I decided not to get involved in the EVPN-versus-LISP debates anymore; I’d written everything I had to say about LISP. However, I still get annoyed when experienced networking engineers fall for marketing gimmicks disguised as technical arguments. Here’s a recent one:

TL&DR: The discussion on whether “LISP scales better than EVPN” became irrelevant when the bus between the switch CPU and the adjacent ASIC became the bottleneck. Modern switches can process more prefixes than they can install in the ASIC forwarding tables (or we wouldn’t be using prefix-independent convergence).

Now, let’s focus on the dynamics of campus mobility. There’s almost no endpoint mobility if a campus network uses wired infrastructure. If a campus is primarily wireless, we have two options:

  • The wireless access points use tunnels to a wireless controller (or an aggregation switch), and all the end-user traffic enters the network through that point. The rest of the campus network does not observe any endpoint mobility.
  • The wireless access points send user traffic straight into the campus network, and the endpoints (end user IP/MAC addresses) move as the users roam across access points.

Therefore, the argument seems to be that LISP is better than EVPN at handling a high churn rate. Let’s see how much churn BGP (the protocol used by EVPN) can handle using data from a large-scale experiment called The Internet. According to Geoff Huston’s statistics (relevant graph), we’ve experienced up to 400.000 daily updates in 2021, with the smoothed long-term average being above 250.000. That’s around four updates per second on average.
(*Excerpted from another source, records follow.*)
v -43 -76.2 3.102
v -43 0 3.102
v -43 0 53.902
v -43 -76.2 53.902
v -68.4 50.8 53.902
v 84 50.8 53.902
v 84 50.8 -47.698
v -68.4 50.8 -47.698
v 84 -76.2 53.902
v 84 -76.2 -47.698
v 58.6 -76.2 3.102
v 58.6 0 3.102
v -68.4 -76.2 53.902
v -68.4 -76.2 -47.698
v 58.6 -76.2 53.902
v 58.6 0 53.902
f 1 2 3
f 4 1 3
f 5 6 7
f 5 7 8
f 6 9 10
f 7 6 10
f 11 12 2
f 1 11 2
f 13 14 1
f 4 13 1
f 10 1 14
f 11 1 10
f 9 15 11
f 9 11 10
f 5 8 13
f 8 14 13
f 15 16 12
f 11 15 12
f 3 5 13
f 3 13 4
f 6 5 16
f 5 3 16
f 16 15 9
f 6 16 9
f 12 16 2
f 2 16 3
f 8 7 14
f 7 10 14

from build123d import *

# Parameters (mm, degrees)
F1_DEPTH = 76.2
F2_W     = 101.6
F2_H     = 50.8
F3_DEPTH = 50.8


with BuildPart() as f1:
    # F0 (on Front) → F1 (new body)
    with BuildSketch(Plane.XZ):
        Polygon((-68.4001594782, 53.9017294705), (-68.4001594782, -47.6982705295), (83.9998405218, -47.6982705295), (83.9998405218, 53.9017294705), (58.5998405218, 53.9017294705), (58.5998405218, 3.1017294705), (-43.0001594782, 3.1017294705), (-43.0001594782, 53.9017294705), align=None)
    extrude(amount=F1_DEPTH)

    # F2 (on face) → F3 (join)
    with BuildSketch(Plane(origin=(0, 0, 0), x_dir=(-1, 0, 0), z_dir=(0, 1, 0))):
        with Locations((-7.7998405218, 28.5017294705)):
            Rectangle(F2_W, F2_H)
        Polygon((-58.5998405218, 53.9017294705), (-83.9998405218, 53.9017294705), (-83.9998405218, -47.6982705295), (68.4001594782, -47.6982705295), (68.4001594782, 53.9017294705), (43.0001594782, 53.9017294705), (43.0001594782, 3.1017294705), (-58.5998405218, 3.1017294705), align=None)
    extrude(amount=F3_DEPTH)


solid = f1.part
I have no corresponding graph from an extensive campus network (but I would love to see one), but as we usually don’t see users running around the campus, the roaming rate might not be much higher.

However, there seems to be another problem: latency spikes following a roaming event.
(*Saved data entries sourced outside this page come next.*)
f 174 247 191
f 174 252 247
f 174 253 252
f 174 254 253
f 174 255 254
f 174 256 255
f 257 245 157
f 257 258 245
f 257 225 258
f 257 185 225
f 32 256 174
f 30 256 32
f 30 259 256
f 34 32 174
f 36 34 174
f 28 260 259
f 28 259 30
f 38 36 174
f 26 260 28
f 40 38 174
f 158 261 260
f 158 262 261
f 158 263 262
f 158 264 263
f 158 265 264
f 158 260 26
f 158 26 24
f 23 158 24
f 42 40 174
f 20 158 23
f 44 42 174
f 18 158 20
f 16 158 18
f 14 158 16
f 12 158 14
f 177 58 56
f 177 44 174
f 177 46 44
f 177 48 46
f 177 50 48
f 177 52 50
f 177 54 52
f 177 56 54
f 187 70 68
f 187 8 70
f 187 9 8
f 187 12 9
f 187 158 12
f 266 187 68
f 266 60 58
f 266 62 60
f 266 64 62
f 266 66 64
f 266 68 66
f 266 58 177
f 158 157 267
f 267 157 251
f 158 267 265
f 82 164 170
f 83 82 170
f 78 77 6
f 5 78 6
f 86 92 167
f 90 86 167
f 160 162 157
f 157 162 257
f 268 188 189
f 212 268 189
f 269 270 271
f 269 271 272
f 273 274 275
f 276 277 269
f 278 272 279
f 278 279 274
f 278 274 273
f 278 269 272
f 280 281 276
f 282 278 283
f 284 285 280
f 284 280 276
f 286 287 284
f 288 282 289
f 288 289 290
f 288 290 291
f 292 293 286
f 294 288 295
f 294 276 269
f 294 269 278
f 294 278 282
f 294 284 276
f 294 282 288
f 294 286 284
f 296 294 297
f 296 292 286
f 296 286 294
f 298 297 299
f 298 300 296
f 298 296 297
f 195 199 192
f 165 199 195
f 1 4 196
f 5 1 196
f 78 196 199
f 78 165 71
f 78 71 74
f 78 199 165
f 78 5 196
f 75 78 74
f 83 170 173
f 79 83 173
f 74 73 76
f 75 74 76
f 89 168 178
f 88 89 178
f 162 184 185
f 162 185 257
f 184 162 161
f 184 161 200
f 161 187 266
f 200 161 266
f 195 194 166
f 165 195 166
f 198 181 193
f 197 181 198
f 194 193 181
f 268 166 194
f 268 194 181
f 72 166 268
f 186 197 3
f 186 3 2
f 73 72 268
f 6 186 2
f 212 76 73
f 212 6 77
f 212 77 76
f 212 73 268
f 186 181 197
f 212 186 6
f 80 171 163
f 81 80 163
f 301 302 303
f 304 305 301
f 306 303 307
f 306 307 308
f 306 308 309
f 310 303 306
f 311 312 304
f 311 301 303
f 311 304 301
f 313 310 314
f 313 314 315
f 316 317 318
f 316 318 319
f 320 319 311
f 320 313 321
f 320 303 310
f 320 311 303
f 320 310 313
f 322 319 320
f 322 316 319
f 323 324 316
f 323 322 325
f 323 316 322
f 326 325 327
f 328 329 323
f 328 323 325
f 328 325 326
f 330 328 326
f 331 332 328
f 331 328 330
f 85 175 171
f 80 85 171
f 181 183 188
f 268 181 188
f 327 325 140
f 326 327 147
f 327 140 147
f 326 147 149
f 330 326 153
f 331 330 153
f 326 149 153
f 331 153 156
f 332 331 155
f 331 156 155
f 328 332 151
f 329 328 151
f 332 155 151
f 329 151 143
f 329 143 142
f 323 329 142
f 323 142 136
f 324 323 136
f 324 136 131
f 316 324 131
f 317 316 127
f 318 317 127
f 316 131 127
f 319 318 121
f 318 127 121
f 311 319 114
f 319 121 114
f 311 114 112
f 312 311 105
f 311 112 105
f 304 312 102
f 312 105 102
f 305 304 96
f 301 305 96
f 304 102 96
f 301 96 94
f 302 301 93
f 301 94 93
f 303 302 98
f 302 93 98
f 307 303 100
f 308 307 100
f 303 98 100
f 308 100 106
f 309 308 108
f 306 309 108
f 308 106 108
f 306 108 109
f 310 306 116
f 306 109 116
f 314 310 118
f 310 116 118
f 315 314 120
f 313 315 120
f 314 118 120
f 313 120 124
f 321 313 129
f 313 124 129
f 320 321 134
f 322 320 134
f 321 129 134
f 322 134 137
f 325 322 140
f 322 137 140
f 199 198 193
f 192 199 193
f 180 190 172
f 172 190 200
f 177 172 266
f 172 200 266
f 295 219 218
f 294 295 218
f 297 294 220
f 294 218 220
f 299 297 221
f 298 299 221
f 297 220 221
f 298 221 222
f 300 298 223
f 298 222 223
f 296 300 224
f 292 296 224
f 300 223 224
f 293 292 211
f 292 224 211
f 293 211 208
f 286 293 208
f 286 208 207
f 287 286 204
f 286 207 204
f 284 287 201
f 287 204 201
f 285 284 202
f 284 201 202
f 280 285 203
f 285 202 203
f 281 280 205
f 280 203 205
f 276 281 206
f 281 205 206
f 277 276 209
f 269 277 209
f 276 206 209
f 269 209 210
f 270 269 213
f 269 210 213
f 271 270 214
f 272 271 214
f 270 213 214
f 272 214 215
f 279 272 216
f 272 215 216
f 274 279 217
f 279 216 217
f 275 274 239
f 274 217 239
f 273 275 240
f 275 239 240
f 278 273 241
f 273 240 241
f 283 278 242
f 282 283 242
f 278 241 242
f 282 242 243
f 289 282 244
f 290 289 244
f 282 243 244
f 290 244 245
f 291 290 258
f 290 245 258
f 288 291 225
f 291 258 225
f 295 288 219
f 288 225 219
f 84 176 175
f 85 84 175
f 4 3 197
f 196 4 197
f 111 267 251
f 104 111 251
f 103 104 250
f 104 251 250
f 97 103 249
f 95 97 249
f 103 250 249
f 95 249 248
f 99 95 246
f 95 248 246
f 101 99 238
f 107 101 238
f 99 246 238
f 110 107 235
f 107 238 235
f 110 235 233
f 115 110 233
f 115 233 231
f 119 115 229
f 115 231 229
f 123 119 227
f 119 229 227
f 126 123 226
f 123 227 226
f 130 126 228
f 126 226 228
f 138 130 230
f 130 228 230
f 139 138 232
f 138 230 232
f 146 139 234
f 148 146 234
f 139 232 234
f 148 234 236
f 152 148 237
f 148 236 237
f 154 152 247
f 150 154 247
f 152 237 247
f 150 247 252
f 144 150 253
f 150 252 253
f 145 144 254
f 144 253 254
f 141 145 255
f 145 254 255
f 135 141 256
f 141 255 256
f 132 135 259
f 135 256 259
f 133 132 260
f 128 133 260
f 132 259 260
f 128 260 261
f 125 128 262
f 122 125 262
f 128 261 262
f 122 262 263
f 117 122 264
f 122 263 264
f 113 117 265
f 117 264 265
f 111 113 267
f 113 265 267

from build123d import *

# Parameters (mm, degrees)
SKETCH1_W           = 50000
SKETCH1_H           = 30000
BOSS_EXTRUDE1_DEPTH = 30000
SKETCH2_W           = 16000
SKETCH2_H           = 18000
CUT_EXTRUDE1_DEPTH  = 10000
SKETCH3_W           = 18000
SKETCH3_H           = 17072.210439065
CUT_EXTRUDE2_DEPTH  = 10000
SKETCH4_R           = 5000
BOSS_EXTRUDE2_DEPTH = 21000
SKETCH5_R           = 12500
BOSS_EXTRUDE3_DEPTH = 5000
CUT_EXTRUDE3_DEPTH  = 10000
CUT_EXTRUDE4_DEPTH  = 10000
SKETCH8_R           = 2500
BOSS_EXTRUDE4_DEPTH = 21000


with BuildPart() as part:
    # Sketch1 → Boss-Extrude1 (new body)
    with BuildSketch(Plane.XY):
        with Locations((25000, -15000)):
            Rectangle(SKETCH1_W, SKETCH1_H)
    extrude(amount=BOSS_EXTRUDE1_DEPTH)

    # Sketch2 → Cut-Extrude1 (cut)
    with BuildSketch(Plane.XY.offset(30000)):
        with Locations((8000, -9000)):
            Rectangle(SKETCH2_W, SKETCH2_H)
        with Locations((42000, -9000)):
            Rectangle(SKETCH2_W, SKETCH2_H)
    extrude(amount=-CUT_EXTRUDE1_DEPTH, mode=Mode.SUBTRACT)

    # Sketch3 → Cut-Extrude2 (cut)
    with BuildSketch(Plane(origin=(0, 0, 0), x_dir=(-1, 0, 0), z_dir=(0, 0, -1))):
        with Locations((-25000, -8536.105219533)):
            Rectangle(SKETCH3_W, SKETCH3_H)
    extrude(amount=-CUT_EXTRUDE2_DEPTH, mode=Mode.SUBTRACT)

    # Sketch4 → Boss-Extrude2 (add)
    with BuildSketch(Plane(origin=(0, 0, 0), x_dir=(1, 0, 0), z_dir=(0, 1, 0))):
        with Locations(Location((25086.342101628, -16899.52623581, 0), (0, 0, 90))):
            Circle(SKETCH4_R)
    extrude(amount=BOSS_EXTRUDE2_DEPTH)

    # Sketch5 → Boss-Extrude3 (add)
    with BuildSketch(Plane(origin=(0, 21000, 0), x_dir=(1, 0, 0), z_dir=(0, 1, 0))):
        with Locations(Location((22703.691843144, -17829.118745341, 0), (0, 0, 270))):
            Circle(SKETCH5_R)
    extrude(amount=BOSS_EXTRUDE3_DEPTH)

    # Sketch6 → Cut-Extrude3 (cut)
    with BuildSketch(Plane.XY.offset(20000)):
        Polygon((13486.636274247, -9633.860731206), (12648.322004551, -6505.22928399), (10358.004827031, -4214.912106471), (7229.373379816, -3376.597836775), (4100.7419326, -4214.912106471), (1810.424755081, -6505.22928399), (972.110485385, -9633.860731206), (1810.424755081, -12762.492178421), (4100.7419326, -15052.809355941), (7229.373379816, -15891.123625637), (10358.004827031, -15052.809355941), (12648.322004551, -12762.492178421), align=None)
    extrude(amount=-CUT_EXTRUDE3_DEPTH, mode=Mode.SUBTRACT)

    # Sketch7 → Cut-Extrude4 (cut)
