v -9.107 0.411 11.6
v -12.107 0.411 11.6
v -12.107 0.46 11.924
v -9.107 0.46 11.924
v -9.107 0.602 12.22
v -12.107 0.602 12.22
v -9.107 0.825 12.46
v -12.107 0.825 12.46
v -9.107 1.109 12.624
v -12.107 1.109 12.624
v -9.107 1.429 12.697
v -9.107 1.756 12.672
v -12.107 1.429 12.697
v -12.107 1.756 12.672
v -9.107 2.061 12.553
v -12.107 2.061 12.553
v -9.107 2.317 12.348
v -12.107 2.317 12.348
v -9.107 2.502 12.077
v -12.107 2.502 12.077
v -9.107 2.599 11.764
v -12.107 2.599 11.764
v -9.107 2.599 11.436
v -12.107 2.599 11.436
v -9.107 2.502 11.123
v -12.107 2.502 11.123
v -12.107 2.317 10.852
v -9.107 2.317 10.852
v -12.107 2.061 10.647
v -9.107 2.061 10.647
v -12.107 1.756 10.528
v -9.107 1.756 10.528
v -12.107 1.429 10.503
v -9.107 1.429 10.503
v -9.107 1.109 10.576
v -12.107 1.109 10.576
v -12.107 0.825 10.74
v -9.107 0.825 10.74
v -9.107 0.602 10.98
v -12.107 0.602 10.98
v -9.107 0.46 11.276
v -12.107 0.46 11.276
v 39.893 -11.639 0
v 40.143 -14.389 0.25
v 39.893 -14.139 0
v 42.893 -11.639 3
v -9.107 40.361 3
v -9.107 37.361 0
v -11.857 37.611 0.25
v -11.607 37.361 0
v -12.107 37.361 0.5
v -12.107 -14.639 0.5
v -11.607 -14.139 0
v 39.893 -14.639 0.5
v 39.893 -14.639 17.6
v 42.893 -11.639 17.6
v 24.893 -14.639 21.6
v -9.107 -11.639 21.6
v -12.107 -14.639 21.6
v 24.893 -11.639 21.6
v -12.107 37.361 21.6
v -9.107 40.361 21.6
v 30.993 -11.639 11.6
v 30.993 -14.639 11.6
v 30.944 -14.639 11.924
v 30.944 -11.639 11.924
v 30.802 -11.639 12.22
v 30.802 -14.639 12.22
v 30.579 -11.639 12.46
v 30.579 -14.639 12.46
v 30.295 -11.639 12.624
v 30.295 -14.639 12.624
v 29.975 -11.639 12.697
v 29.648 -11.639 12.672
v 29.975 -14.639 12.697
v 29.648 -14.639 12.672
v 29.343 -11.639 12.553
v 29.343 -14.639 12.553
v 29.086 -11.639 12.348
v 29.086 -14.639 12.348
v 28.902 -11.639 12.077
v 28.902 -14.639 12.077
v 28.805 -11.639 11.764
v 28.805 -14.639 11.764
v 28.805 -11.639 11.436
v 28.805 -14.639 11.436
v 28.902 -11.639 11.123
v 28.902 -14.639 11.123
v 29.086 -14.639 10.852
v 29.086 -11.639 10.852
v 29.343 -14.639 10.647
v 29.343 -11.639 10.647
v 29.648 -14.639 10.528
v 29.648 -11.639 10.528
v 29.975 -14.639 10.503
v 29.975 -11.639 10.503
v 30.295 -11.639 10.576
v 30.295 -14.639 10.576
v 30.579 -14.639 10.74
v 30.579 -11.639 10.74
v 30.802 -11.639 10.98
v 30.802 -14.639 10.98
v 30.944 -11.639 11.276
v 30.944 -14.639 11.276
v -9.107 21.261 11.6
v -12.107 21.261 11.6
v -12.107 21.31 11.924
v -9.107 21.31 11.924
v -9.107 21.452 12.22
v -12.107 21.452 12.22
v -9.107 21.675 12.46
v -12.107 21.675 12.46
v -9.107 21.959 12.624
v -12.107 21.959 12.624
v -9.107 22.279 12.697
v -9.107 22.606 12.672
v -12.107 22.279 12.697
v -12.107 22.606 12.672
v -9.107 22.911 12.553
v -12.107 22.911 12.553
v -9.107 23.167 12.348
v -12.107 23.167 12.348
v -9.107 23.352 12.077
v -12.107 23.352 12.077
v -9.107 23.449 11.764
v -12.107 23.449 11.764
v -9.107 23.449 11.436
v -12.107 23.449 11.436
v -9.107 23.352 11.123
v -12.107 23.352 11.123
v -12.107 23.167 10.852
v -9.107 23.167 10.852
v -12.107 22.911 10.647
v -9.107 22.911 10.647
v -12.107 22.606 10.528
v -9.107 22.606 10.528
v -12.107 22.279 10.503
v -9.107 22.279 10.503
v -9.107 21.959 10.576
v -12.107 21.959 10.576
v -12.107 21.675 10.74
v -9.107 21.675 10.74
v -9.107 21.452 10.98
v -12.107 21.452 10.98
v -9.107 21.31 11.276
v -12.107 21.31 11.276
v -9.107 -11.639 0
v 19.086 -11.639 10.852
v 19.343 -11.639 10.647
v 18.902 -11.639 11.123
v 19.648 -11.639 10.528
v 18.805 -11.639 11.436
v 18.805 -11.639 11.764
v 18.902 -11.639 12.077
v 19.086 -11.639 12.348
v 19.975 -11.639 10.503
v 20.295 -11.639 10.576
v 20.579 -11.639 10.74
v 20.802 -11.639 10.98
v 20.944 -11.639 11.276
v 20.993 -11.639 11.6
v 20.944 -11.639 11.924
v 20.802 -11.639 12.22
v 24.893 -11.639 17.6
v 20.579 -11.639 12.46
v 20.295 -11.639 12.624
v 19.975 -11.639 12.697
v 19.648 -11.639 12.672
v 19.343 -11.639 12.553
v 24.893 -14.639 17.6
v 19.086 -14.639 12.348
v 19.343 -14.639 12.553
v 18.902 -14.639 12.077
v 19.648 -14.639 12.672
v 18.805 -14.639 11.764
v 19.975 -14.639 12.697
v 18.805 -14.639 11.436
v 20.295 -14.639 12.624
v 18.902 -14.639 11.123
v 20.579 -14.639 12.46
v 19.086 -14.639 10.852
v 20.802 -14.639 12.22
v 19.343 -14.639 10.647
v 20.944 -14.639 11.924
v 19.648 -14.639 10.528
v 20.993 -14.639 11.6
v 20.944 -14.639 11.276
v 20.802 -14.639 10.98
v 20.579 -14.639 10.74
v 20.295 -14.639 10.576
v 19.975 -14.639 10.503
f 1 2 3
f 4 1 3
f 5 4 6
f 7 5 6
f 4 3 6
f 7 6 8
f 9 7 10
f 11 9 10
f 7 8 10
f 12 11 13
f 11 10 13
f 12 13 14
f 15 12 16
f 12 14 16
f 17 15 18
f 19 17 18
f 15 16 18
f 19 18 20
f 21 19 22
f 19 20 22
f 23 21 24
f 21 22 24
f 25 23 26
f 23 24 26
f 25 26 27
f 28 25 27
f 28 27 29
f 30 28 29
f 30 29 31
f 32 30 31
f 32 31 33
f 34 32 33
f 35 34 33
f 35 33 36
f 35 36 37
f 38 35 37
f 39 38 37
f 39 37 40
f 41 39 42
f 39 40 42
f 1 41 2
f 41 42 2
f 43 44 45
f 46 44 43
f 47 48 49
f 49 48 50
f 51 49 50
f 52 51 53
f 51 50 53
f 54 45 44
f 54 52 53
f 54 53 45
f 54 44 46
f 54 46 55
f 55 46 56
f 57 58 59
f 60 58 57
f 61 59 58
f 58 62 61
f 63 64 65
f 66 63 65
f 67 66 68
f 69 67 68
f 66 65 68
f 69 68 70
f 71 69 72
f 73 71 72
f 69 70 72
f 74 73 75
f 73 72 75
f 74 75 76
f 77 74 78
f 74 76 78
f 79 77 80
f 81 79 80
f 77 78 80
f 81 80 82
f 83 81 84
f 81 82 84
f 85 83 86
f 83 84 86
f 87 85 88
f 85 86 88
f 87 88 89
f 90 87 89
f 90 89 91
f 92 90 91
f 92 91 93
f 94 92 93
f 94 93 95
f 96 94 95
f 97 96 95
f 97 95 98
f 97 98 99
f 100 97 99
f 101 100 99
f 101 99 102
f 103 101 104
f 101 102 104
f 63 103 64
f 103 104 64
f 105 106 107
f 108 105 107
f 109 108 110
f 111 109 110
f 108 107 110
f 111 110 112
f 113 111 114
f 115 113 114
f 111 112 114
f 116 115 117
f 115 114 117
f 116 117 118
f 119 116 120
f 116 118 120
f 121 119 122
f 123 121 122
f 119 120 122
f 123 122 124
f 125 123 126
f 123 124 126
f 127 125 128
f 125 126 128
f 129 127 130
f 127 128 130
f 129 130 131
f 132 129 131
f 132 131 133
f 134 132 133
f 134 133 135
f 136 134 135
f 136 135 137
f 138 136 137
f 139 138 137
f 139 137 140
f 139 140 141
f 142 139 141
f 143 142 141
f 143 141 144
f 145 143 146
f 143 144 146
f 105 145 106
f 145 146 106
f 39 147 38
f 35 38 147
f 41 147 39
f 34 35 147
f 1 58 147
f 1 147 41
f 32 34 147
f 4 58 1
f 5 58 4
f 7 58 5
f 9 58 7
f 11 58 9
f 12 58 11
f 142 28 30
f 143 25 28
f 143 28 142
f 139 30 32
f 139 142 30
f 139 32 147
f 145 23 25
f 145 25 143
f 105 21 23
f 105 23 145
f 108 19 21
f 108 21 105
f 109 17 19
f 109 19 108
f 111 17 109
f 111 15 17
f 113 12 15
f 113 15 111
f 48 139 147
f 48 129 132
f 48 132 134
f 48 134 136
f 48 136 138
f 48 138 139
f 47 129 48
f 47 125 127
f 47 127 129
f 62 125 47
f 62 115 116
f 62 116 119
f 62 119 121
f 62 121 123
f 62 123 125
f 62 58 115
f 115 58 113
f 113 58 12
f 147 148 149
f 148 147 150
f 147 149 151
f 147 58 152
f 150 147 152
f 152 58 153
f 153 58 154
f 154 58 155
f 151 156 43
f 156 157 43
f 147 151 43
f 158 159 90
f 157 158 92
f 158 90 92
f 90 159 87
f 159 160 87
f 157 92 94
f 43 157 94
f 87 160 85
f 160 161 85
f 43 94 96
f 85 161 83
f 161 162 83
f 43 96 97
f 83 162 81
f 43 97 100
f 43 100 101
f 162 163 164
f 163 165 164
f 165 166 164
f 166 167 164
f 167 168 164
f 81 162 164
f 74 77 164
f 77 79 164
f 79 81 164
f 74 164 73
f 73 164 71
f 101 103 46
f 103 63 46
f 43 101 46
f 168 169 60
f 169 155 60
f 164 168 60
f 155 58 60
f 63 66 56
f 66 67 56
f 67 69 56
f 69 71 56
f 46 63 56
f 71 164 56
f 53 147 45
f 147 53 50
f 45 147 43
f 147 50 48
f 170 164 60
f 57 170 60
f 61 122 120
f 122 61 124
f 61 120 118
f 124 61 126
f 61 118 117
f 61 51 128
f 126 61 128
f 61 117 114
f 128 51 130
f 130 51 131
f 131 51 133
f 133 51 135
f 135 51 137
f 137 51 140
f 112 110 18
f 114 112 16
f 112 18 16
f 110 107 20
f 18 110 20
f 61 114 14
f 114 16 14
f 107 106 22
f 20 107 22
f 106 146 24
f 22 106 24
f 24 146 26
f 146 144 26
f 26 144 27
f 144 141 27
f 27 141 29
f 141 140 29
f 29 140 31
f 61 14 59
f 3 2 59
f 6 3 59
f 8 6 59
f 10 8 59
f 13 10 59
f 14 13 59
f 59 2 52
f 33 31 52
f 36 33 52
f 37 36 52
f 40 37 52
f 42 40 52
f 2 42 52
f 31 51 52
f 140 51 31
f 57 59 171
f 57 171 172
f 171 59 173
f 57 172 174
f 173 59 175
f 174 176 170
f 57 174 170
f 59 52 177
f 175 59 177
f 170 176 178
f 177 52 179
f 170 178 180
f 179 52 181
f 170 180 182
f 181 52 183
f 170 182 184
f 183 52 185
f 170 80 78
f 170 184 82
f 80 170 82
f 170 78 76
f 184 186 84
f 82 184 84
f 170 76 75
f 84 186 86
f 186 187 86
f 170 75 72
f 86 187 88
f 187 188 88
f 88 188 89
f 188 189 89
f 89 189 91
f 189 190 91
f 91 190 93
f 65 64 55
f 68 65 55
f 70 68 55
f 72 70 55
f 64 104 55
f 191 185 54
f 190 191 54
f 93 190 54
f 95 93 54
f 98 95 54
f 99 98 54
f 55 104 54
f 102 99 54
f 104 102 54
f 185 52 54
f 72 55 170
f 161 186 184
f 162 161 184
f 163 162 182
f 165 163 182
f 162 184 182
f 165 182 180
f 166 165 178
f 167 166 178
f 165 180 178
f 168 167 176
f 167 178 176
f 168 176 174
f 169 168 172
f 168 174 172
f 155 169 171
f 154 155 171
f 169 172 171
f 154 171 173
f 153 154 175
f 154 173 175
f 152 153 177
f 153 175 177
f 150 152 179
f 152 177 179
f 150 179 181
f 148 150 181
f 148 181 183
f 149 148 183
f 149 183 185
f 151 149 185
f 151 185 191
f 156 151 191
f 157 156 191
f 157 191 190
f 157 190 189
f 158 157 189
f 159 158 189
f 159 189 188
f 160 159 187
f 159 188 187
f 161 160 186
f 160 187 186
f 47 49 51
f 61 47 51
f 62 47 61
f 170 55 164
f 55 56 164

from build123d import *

# Parameters (mm, degrees)
F1_DEPTH  = 21.6
F2_W      = 52
F2_H      = 52
F3_DEPTH  = 22
F4_SIZE   = 2.99999
F5_SIZE   = 0.5
F6_R      = 1.1
F7_DEPTH  = 3
F8_R      = 1.1
F9_DEPTH  = 3
F10_W     = 18
F10_H     = 4
F11_DEPTH = 3


# Not quite as in the source:
# - a fillet or chamfer is up to 0.001 mm smaller than in the source, because OpenCascade refuses the exact size


with BuildPart() as f1:
    # F0 (on Top) → F1 (new body)
    with BuildSketch(Plane.XY):
        Polygon((-12.1071431786, 40.3610856729), (-12.1071431786, -14.6389143271), (42.8928568214, -14.6389143271), (42.8928568214, 7.8610856729), (10.3928568214, 40.3610856729), align=None)
    extrude(amount=F1_DEPTH)

    # F2 (on face) → F3 (cut)
    with BuildSketch(Plane.XY.offset(21.6)):
        with Locations((16.8928568214, 14.3610856729)):
            Rectangle(F2_W, F2_H)
    extrude(amount=-F3_DEPTH, mode=Mode.SUBTRACT)

    # F4 (size 3 in the source; OpenCascade refuses exactly that, so slightly less here)
    f4_edges = [f1.edges().sort_by_distance(p)[0] for p in [
        (42.892857, -13.138914, 0),
        (-10.607143, 40.361086, 0),
        (-12.107143, 40.361086, 10.8),
        (42.892857, -14.638914, 10.8),
    ]]
    chamfer(f4_edges, length=F4_SIZE)

    # F5
    f5_edges = [f1.edges().sort_by_distance(p)[0] for p in [
        (13.892862, -14.638914, 0),
        (-12.107143, 11.361091, 0),
    ]]
    chamfer(f5_edges, length=F5_SIZE)

    # F6 (on face) → F7 (cut)
    with BuildSketch(Plane.XZ.offset(14.6389143271)):
        with Locations((29.8928568214, 11.6)):
            Circle(F6_R)
        with Locations((19.8928568214, 11.6)):
            Circle(F6_R)
    extrude(amount=-F7_DEPTH, mode=Mode.SUBTRACT)

    # F8 (on face) → F9 (cut)
    with BuildSketch(Plane(origin=(-12.1071431786, 0, 0), x_dir=(0, -1, 0), z_dir=(-1, 0, 0))):
        with Locations((-22.3610856729, 11.6)):
            Circle(F8_R)
        with Locations((-1.5111208195, 11.6)):
            Circle(F8_R)
    extrude(amount=-F9_DEPTH, mode=Mode.SUBTRACT)

    # F10 (on face) → F11 (cut)
    with BuildSketch(Plane(origin=(0, -11.6389143271, 0), x_dir=(-1, 0, 0), z_dir=(0, 1, 0))):
        with Locations((-33.8928568214, 19.6)):
            Rectangle(F10_W, F10_H)
    extrude(amount=-F11_DEPTH, mode=Mode.SUBTRACT)


solid = f1.part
I have no idea how someone could attribute latency spikes equivalent to ping times between Boston and Chicago to a MAC move event. Unless there’s some magic going on behind the scenes:

  • The end-user NIC disappears from point A, and the switch is unaware of that (not likely with WiFi).
  • The rest of the network remains clueless; traffic to the NIC MAC address is still sent to the original switch and dropped.
  • The EVPN MAC move procedure starts when the end-user NIC reappears at point B.
  • Once the network figures out the MAC address has moved, the traffic gets forwarded to the new attachment point.

Where’s latency in that? The only way to introduce latency in that process is to have traffic buffered at some point, but that’s not a problem you can solve with EVPN or LISP. All you can get with EVPN or LISP is the notification that the MAC address is now reachable via another egress switch.

OK, maybe the engineer writing about latency misspoke and meant the traffic is disrupted for 20 msec. In other words, the MAC move event takes 20 msec. Could LISP be better than EVPN in handling that? Of course, but it all comes down to the quality of implementation. In both cases:

  • A switch control plane has to notice its hardware discovered a new MAC address (forty years after the STP was invented, we’re still doing dynamic MAC learning at the fabric edge).
  • The new MAC address is announced to some central entity (route reflector), which propagates the update to all other edge devices.
  • The edge devices install the new MAC-to-next-hop mapping into the forwarding tables.

Barring implementation differences, there’s no fundamental reason why one control-plane protocol would do the above process better than another one.

But wait, there’s another gotcha: at least in some implementations, the control plane takes “forever” to notice a new MAC address. However, that’s a hardware-related quirk, and no control-plane protocol will fix that one. No wonder some people talk about dynamic MAC learning with EVPN.

Aside: If you care about fast MAC mobility, you might be better off doing dynamic MAC learning across the fabric. You don’t need EVPN or LISP to do that; VXLAN fabric with ingress replication or SPB will work just fine.

Before doing a summary, let me throw in a few more numbers:

  • We don’t know how fast modern switches can update their ASIC tables (thank you, ASIC vendors), but the rumors talk about 1000+ entries per second.
  • The behavior of open-source routing daemons and even commercial BGP stacks is well-documented thanks to the excellent work by Justin Pietch. Unfortunately, he didn’t publish the raw data, but looking at his graphs, it seems that good open-source daemons have no problems processing 10K prefixes in a second or two.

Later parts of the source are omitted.